WORK REQUEST => Return, word for word, the lines of the listing below from the one with "#206=FACE_BOUND('',#205,.T.);" through the one with "#248=CARTESIAN_POINT('',(-50.,-4.993148,-0.26168));", and no other lines.

____

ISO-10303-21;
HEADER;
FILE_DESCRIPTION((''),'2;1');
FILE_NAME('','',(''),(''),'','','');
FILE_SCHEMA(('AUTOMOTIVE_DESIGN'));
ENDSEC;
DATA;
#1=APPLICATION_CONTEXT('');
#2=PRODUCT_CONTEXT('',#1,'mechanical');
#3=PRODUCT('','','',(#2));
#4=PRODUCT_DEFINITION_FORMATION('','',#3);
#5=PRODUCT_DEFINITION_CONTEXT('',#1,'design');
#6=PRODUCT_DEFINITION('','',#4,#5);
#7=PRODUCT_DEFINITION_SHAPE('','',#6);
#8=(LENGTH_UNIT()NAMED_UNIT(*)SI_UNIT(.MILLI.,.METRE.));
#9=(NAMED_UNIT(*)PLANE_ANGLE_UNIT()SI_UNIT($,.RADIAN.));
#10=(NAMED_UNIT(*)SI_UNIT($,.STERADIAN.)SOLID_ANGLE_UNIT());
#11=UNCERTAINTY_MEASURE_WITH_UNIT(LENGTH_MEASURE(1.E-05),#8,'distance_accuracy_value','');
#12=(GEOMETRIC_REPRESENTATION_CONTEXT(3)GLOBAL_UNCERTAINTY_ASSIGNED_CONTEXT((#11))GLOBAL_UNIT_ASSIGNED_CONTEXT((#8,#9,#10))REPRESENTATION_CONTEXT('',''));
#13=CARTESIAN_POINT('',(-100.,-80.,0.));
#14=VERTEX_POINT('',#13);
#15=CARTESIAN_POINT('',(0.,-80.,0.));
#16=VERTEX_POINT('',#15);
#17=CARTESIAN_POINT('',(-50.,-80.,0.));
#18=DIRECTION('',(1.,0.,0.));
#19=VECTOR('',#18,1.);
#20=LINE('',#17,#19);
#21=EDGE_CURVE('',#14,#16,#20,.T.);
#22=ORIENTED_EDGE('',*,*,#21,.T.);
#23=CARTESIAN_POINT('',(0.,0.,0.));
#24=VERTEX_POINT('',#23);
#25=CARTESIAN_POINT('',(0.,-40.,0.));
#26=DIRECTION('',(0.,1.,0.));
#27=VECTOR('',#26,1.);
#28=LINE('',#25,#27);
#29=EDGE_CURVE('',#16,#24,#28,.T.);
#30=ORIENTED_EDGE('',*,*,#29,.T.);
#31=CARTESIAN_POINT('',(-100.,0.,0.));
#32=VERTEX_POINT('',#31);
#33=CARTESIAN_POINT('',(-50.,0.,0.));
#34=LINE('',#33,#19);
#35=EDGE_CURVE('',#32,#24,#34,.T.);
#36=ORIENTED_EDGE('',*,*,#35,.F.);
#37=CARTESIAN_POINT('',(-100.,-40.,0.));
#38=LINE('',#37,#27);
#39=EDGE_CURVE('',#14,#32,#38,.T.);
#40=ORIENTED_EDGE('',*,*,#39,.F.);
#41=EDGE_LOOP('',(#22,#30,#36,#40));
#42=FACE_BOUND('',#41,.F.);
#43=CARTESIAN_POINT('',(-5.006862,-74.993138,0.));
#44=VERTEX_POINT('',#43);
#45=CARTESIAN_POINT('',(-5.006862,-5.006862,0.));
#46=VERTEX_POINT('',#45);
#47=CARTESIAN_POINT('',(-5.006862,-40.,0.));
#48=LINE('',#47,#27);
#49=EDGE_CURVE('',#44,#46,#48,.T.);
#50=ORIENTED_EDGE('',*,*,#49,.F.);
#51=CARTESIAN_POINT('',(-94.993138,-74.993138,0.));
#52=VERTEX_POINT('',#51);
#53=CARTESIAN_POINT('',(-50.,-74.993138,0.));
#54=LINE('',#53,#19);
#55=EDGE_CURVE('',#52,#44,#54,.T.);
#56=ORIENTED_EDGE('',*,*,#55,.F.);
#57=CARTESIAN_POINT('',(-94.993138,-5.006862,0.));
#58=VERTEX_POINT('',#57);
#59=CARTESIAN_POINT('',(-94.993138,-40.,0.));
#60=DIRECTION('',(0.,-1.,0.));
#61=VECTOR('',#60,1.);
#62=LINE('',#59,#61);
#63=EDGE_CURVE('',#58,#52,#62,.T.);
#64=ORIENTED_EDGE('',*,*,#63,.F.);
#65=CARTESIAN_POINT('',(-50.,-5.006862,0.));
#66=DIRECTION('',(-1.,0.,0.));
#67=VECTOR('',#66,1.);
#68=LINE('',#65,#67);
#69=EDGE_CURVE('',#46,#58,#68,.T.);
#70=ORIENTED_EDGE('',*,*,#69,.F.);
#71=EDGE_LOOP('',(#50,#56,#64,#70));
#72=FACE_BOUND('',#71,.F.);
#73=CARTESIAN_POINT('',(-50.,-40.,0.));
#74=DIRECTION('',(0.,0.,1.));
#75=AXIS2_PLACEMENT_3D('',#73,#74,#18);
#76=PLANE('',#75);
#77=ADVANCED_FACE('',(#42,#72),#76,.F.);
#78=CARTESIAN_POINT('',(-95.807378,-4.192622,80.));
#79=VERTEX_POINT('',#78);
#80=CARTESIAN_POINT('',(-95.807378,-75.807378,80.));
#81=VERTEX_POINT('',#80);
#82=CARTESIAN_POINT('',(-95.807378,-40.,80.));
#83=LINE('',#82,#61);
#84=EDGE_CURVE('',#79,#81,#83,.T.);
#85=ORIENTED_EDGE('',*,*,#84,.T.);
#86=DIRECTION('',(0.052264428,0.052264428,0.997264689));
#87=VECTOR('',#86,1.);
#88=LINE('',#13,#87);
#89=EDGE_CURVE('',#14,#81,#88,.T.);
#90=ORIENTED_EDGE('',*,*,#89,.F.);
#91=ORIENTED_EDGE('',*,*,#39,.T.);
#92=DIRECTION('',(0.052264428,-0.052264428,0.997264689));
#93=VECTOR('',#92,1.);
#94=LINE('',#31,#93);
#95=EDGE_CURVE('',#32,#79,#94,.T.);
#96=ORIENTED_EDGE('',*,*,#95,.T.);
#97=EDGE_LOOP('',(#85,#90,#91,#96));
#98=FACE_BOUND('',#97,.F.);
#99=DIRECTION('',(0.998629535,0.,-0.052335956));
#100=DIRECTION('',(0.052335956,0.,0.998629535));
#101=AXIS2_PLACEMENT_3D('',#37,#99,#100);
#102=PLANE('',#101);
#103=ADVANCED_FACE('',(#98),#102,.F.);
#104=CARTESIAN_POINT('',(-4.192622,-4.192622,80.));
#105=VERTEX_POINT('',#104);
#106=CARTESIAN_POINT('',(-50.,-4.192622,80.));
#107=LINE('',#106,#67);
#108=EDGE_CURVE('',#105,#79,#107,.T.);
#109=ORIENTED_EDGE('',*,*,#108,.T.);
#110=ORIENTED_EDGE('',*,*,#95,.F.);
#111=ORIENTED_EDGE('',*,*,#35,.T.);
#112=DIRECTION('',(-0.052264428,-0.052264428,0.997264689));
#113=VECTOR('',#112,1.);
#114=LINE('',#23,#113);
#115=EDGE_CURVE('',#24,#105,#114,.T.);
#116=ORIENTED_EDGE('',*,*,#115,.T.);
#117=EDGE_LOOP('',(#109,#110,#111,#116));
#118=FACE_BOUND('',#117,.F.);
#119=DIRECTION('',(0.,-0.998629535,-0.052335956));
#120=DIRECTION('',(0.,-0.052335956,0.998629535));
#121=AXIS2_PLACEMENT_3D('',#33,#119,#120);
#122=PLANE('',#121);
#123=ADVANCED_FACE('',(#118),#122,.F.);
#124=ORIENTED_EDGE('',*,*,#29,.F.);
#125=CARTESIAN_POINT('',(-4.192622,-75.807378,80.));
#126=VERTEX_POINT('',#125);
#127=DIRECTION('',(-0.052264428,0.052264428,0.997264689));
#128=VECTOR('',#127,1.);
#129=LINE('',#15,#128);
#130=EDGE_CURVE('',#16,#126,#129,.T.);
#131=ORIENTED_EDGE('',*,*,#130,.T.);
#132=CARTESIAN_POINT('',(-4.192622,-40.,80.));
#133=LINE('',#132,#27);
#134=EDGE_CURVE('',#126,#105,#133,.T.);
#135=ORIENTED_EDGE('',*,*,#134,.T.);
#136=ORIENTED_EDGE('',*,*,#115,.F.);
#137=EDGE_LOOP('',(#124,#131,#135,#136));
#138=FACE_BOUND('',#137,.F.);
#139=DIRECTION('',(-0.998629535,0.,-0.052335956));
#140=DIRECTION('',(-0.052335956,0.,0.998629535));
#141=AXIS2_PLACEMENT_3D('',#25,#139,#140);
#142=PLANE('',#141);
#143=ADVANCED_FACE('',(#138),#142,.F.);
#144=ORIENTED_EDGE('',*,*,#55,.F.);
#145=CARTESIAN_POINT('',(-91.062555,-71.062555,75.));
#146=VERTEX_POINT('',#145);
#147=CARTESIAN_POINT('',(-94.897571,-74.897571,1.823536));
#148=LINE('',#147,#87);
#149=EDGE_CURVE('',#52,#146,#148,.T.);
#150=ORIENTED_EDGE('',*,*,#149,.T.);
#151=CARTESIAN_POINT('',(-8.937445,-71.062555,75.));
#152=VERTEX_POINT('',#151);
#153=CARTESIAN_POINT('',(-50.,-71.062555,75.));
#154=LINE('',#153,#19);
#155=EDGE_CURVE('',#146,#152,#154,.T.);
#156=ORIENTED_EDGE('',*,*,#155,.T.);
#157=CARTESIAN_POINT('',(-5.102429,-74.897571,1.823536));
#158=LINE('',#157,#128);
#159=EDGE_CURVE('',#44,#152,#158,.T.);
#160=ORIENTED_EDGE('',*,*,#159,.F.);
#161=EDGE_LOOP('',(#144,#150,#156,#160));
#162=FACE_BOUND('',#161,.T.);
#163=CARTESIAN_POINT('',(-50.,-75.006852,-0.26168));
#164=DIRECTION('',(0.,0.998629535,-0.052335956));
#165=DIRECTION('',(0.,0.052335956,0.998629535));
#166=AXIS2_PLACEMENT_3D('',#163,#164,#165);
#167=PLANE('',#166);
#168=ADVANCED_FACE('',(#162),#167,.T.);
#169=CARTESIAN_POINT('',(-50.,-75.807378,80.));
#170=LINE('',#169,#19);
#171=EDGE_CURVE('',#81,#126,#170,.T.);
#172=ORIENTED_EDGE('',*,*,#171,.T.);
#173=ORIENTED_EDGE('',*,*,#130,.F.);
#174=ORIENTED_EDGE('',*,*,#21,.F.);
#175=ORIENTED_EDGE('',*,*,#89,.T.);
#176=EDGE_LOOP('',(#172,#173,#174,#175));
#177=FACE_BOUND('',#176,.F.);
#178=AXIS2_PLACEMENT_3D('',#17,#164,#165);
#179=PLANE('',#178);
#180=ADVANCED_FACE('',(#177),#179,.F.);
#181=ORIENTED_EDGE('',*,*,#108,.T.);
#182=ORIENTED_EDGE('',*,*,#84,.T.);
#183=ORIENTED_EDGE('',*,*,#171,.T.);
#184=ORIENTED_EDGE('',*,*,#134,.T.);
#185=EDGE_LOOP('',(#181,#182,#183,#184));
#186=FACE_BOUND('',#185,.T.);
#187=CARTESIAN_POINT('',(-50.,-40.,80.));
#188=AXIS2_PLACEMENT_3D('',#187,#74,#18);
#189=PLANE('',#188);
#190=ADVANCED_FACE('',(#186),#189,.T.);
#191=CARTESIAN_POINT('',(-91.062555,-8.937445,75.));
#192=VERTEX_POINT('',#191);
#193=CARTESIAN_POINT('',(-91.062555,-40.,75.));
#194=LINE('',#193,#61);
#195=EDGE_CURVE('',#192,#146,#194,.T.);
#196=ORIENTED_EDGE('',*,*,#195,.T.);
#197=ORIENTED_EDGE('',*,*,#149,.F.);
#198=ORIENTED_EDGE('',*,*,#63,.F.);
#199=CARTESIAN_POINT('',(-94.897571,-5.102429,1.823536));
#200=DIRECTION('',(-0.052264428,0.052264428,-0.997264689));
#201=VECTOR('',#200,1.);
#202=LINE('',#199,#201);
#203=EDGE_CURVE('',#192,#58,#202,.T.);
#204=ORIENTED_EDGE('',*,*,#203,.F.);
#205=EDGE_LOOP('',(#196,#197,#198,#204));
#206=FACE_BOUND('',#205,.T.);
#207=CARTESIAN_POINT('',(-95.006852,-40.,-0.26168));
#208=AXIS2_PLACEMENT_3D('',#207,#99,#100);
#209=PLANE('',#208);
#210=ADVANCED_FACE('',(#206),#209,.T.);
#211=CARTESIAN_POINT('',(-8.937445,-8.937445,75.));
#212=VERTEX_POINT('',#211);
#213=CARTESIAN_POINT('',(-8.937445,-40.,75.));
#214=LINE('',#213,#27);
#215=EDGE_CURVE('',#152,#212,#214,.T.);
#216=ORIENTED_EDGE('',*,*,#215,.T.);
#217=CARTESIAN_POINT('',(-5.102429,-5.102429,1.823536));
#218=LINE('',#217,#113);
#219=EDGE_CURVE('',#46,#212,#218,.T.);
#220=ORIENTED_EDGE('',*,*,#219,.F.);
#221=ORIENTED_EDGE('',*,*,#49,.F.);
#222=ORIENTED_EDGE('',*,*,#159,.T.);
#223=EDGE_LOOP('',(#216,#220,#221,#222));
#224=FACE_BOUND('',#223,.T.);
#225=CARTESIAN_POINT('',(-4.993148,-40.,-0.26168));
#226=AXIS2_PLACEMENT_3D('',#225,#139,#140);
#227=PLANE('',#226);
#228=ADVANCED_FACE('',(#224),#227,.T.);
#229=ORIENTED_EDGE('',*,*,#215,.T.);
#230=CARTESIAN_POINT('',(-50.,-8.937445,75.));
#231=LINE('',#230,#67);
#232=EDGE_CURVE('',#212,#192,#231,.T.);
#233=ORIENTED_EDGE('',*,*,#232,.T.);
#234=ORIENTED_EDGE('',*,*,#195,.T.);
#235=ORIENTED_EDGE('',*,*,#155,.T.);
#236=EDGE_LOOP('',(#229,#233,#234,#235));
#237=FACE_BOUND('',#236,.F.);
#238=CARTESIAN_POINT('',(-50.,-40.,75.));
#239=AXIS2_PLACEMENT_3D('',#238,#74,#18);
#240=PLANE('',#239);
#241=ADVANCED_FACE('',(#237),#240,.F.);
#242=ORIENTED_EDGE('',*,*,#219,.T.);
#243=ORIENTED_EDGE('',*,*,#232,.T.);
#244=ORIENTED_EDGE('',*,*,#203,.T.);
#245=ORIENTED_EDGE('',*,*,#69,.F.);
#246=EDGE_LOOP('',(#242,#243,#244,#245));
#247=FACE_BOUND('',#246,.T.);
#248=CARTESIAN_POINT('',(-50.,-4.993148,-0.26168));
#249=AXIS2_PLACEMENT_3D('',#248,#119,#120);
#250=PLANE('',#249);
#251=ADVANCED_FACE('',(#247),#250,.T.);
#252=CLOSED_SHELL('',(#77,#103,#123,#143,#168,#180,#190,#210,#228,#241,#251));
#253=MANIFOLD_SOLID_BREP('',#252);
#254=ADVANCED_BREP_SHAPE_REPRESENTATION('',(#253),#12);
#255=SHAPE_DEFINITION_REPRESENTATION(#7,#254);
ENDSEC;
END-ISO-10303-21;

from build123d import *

# Parameters (mm, degrees)
F0_W     = 100
F0_H     = 80
F1_DEPTH = 80
F1_TAPER = 3
F2_T     = -5


with BuildPart() as f1:
    # F0 (on Top) → F1 (new body)
    with BuildSketch(Plane.XY):
        with Locations((-50, -40)):
            Rectangle(F0_W, F0_H)
    extrude(amount=F1_DEPTH, taper=F1_TAPER)

    # F2
    f2_openings = [f1.faces().sort_by_distance(p)[0] for p in [
        (-50, -40, 0),
    ]]
    offset(amount=F2_T, openings=f2_openings)


solid = f1.part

____

RESULT OF THIS EXERCISE =>
#206=FACE_BOUND('',#205,.T.);
#207=CARTESIAN_POINT('',(-95.006852,-40.,-0.26168));
#208=AXIS2_PLACEMENT_3D('',#207,#99,#100);
#209=PLANE('',#208);
#210=ADVANCED_FACE('',(#206),#209,.T.);
#211=CARTESIAN_POINT('',(-8.937445,-8.937445,75.));
#212=VERTEX_POINT('',#211);
#213=CARTESIAN_POINT('',(-8.937445,-40.,75.));
#214=LINE('',#213,#27);
#215=EDGE_CURVE('',#152,#212,#214,.T.);
#216=ORIENTED_EDGE('',*,*,#215,.T.);
#217=CARTESIAN_POINT('',(-5.102429,-5.102429,1.823536));
#218=LINE('',#217,#113);
#219=EDGE_CURVE('',#46,#212,#218,.T.);
#220=ORIENTED_EDGE('',*,*,#219,.F.);
#221=ORIENTED_EDGE('',*,*,#49,.F.);
#222=ORIENTED_EDGE('',*,*,#159,.T.);
#223=EDGE_LOOP('',(#216,#220,#221,#222));
#224=FACE_BOUND('',#223,.T.);
#225=CARTESIAN_POINT('',(-4.993148,-40.,-0.26168));
#226=AXIS2_PLACEMENT_3D('',#225,#139,#140);
#227=PLANE('',#226);
#228=ADVANCED_FACE('',(#224),#227,.T.);
#229=ORIENTED_EDGE('',*,*,#215,.T.);
#230=CARTESIAN_POINT('',(-50.,-8.937445,75.));
#231=LINE('',#230,#67);
#232=EDGE_CURVE('',#212,#192,#231,.T.);
#233=ORIENTED_EDGE('',*,*,#232,.T.);
#234=ORIENTED_EDGE('',*,*,#195,.T.);
#235=ORIENTED_EDGE('',*,*,#155,.T.);
#236=EDGE_LOOP('',(#229,#233,#234,#235));
#237=FACE_BOUND('',#236,.F.);
#238=CARTESIAN_POINT('',(-50.,-40.,75.));
#239=AXIS2_PLACEMENT_3D('',#238,#74,#18);
#240=PLANE('',#239);
#241=ADVANCED_FACE('',(#237),#240,.F.);
#242=ORIENTED_EDGE('',*,*,#219,.T.);
#243=ORIENTED_EDGE('',*,*,#232,.T.);
#244=ORIENTED_EDGE('',*,*,#203,.T.);
#245=ORIENTED_EDGE('',*,*,#69,.F.);
#246=EDGE_LOOP('',(#242,#243,#244,#245));
#247=FACE_BOUND('',#246,.T.);
#248=CARTESIAN_POINT('',(-50.,-4.993148,-0.26168));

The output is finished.